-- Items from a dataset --
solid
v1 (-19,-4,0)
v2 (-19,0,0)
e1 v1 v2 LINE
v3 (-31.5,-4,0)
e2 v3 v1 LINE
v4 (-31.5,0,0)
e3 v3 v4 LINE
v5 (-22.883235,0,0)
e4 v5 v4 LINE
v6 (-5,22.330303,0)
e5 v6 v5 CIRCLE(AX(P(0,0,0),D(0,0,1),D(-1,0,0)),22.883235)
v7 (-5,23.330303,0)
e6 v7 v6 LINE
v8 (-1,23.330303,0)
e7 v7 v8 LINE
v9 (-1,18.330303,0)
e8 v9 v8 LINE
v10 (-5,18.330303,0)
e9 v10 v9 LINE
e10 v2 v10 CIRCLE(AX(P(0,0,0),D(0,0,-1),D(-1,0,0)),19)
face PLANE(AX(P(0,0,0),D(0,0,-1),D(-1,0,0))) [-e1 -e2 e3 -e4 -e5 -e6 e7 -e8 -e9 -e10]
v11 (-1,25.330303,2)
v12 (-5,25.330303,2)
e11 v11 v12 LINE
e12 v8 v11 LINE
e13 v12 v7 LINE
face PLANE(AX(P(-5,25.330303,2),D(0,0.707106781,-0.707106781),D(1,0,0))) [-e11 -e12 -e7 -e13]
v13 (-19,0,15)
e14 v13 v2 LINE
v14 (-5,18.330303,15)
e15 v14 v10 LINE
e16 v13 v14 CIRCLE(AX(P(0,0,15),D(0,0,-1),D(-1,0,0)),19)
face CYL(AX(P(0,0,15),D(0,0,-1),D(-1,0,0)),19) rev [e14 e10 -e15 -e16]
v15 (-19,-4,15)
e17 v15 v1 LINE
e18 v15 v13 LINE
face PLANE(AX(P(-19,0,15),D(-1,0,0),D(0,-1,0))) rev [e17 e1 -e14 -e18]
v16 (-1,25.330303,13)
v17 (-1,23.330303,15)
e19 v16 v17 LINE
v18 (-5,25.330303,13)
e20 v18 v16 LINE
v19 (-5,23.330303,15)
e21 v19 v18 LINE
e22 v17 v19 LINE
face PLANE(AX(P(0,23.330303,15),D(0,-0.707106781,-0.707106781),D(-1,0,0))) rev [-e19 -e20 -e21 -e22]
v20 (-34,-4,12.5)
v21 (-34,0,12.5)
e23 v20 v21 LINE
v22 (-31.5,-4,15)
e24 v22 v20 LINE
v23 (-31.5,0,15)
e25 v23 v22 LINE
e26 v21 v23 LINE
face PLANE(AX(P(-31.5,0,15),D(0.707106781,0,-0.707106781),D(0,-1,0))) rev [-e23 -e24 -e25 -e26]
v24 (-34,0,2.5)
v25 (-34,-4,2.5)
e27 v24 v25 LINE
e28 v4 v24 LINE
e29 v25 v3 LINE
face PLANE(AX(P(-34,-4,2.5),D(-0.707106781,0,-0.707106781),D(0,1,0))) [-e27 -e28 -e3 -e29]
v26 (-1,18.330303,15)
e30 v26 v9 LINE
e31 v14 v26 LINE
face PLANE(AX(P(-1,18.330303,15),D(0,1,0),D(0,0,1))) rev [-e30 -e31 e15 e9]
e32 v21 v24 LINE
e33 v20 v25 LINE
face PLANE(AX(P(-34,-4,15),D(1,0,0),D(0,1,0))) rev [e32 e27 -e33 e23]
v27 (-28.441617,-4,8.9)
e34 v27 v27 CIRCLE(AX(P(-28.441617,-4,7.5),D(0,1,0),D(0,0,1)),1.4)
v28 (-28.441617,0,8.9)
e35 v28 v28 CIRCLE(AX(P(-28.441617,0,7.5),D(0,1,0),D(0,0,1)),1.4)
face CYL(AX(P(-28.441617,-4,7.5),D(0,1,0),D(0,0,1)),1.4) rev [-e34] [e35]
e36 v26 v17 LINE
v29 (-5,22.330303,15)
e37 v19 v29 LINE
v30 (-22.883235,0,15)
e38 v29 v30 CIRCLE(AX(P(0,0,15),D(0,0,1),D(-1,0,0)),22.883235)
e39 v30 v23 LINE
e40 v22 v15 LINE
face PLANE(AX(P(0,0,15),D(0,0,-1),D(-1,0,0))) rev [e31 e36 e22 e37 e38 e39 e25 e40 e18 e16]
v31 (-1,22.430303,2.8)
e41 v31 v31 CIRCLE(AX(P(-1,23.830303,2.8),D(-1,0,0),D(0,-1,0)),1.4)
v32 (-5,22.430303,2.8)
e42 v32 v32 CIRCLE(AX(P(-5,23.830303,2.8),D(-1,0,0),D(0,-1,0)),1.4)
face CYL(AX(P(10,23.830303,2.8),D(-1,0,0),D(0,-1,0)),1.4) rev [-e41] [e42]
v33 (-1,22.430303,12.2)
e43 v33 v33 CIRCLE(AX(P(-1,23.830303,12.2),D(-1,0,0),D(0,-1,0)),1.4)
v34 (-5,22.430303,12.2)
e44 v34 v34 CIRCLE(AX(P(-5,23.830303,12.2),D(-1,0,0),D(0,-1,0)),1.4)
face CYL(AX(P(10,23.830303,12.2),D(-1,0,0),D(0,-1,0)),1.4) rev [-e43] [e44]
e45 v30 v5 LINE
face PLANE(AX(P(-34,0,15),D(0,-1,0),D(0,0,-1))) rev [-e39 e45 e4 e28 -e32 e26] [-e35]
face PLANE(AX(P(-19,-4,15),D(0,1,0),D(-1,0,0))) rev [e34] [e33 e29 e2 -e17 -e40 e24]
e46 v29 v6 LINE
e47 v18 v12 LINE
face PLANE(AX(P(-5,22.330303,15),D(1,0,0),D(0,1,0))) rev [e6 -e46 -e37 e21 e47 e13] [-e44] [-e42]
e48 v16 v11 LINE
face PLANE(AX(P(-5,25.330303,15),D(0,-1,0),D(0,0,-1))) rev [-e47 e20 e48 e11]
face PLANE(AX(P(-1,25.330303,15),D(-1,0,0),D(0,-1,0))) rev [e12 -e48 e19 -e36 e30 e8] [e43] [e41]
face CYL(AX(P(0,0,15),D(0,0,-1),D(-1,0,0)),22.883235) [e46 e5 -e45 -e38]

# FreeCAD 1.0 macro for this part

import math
import FreeCAD as App
import Part
import Sketcher

V = App.Vector


def edges_at(feature, points):
    """Names of the edges that pass closest to the given points."""
    edges = feature.Shape.Edges
    near = lambda p: min(range(len(edges)), key=lambda i: edges[i].distToShape(Part.Vertex(*p))[0])
    return sorted({f"Edge{near(p) + 1}" for p in points})

doc = App.newDocument("Part")
body = doc.addObject("PartDesign::Body", "Body")

# Sketch on XY plane
sketch1 = body.newObject("Sketcher::SketchObject", "Sketch")
sketch1.AttachmentSupport = (doc.getObject("XY_Plane"), [""])
sketch1.MapMode = "FlatFace"
sketch1.addGeometry([
    Part.LineSegment(V(-19, -4, 0), V(-19, 0, 0)),  # 0
    Part.ArcOfCircle(Part.Circle(V(0, 0, 0), V(0, 0, 1), 19), math.radians(105), math.radians(180)),  # 1
    Part.LineSegment(V(-5, 18.3, 0), V(-1, 18.3, 0)),  # 2
    Part.LineSegment(V(-1, 18.3, 0), V(-1, 25.3, 0)),  # 3
    Part.LineSegment(V(-1, 25.3, 0), V(-5, 25.3, 0)),  # 4
    Part.LineSegment(V(-5, 25.3, 0), V(-5, 22.3, 0)),  # 5
    Part.ArcOfCircle(Part.Circle(V(0, 0, 0), V(0, 0, 1), 22.9), math.radians(103), math.radians(180)),  # 6
    Part.LineSegment(V(-22.9, 0, 0), V(-34, 0, 0)),  # 7
    Part.LineSegment(V(-34, 0, 0), V(-34, -4, 0)),  # 8
    Part.LineSegment(V(-34, -4, 0), V(-19, -4, 0)),  # 9
], False)
sketch1.addConstraint([
    Sketcher.Constraint("Tangent", 0, 2, 1, 2),
    Sketcher.Constraint("Coincident", 1, 1, 2, 1),
    Sketcher.Constraint("Coincident", 2, 2, 3, 1),
    Sketcher.Constraint("Coincident", 3, 2, 4, 1),
    Sketcher.Constraint("Coincident", 4, 2, 5, 1),
    Sketcher.Constraint("Coincident", 5, 2, 6, 1),
    Sketcher.Constraint("Coincident", 6, 2, 7, 1),
    Sketcher.Constraint("Coincident", 7, 2, 8, 1),
    Sketcher.Constraint("Coincident", 8, 2, 9, 1),
    Sketcher.Constraint("Coincident", 9, 2, 0, 1),
    Sketcher.Constraint("Vertical", 0),
    Sketcher.Constraint("Horizontal", 2),
    Sketcher.Constraint("Vertical", 3),
    Sketcher.Constraint("Horizontal", 4),
    Sketcher.Constraint("Vertical", 5),
    Sketcher.Constraint("Horizontal", 7),
    Sketcher.Constraint("Vertical", 8),
    Sketcher.Constraint("Horizontal", 9),
    Sketcher.Constraint("Coincident", 1, 3, -1, 1),
    Sketcher.Constraint("Coincident", 6, 3, -1, 1),
    Sketcher.Constraint("PointOnObject", 6, 2, -1),
    Sketcher.Constraint("Vertical", 1, 1, 4, 2),
    Sketcher.Constraint("Equal", 4, 0),
    Sketcher.Constraint("Radius", 1, 19.0),
    Sketcher.Constraint("DistanceX", 2, 1, 2, 2, 4.0),
    Sketcher.Constraint("DistanceX", 9, 1, 9, 2, 15.0),
    Sketcher.Constraint("DistanceY", 3, 1, 3, 2, 7.0),
    Sketcher.Constraint("DistanceY", 5, 2, 5, 1, 3.0),
    Sketcher.Constraint("DistanceX", 1, 1, -1, 1, 5.0),
])
pad1 = body.newObject("PartDesign::Pad", "Pad")
pad1.Profile = sketch1
pad1.Length = 15
doc.recompute()

chamfer = body.newObject("PartDesign::Chamfer", "Chamfer")
chamfer.Base = (pad1, edges_at(pad1, [(-34, -2, 0), (-34, -2, 15)]))
chamfer.Size = 2.5

# Sketch on YZ plane
sketch2 = body.newObject("Sketcher::SketchObject", "Sketch001")
sketch2.AttachmentSupport = (doc.getObject("YZ_Plane"), [""])
sketch2.MapMode = "FlatFace"
sketch2.AttachmentOffset = App.Placement(V(0, 0, -5), App.Rotation())
sketch2.addGeometry([
    Part.Circle(V(23.8, 2.8, 0), V(0, 0, 1), 1.4),
    Part.Circle(V(23.8, 12.2, 0), V(0, 0, 1), 1.4),
], False)
sketch2.addConstraint([
    Sketcher.Constraint("Equal", 0, 1),
    Sketcher.Constraint("Vertical", 0, 3, 1, 3),
    Sketcher.Constraint("Diameter", 0, 2.8),
    Sketcher.Constraint("DistanceY", -1, 1, 0, 3, 2.8),
    Sketcher.Constraint("DistanceY", -1, 1, 1, 3, 12.2),
    Sketcher.Constraint("DistanceX", -1, 1, 0, 3, 23.830303),
])
pocket1 = body.newObject("PartDesign::Pocket", "Pocket")
pocket1.Profile = sketch2
pocket1.Length = 15
pocket1.Reversed = True
doc.recompute()

chamfer2 = body.newObject("PartDesign::Chamfer", "Chamfer001")
chamfer2.Base = (pocket1, edges_at(pocket1, [(-3, 25.33, 0), (-3, 25.33, 15)]))
chamfer2.Size = 2

# Sketch on XZ plane
sketch3 = body.newObject("Sketcher::SketchObject", "Sketch002")
sketch3.AttachmentSupport = (doc.getObject("XZ_Plane"), [""])
sketch3.MapMode = "FlatFace"
sketch3.addGeometry(Part.Circle(V(-28.4, 7.5, 0), V(0, 0, 1), 1.4), False)
sketch3.addConstraint([
    Sketcher.Constraint("Diameter", 0, 2.8),
    Sketcher.Constraint("DistanceY", -1, 1, 0, 3, 7.5),
    Sketcher.Constraint("DistanceX", 0, 3, -1, 1, 28.441617),
])
pocket2 = body.newObject("PartDesign::Pocket", "Pocket001")
pocket2.Profile = sketch3
pocket2.Type = "ThroughAll"
pocket2.Reversed = True

doc.recompute()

-- Task brief --
From the data above, output exactly the lines between the one containing "e39 v30 v23 LINE" and the one containing "e47 v18 v12 LINE", counting both of them.

-- Response to the exercise --
e39 v30 v23 LINE
e40 v22 v15 LINE
face PLANE(AX(P(0,0,15),D(0,0,-1),D(-1,0,0))) rev [e31 e36 e22 e37 e38 e39 e25 e40 e18 e16]
v31 (-1,22.430303,2.8)
e41 v31 v31 CIRCLE(AX(P(-1,23.830303,2.8),D(-1,0,0),D(0,-1,0)),1.4)
v32 (-5,22.430303,2.8)
e42 v32 v32 CIRCLE(AX(P(-5,23.830303,2.8),D(-1,0,0),D(0,-1,0)),1.4)
face CYL(AX(P(10,23.830303,2.8),D(-1,0,0),D(0,-1,0)),1.4) rev [-e41] [e42]
v33 (-1,22.430303,12.2)
e43 v33 v33 CIRCLE(AX(P(-1,23.830303,12.2),D(-1,0,0),D(0,-1,0)),1.4)
v34 (-5,22.430303,12.2)
e44 v34 v34 CIRCLE(AX(P(-5,23.830303,12.2),D(-1,0,0),D(0,-1,0)),1.4)
face CYL(AX(P(10,23.830303,12.2),D(-1,0,0),D(0,-1,0)),1.4) rev [-e43] [e44]
e45 v30 v5 LINE
face PLANE(AX(P(-34,0,15),D(0,-1,0),D(0,0,-1))) rev [-e39 e45 e4 e28 -e32 e26] [-e35]
face PLANE(AX(P(-19,-4,15),D(0,1,0),D(-1,0,0))) rev [e34] [e33 e29 e2 -e17 -e40 e24]
e46 v29 v6 LINE
e47 v18 v12 LINE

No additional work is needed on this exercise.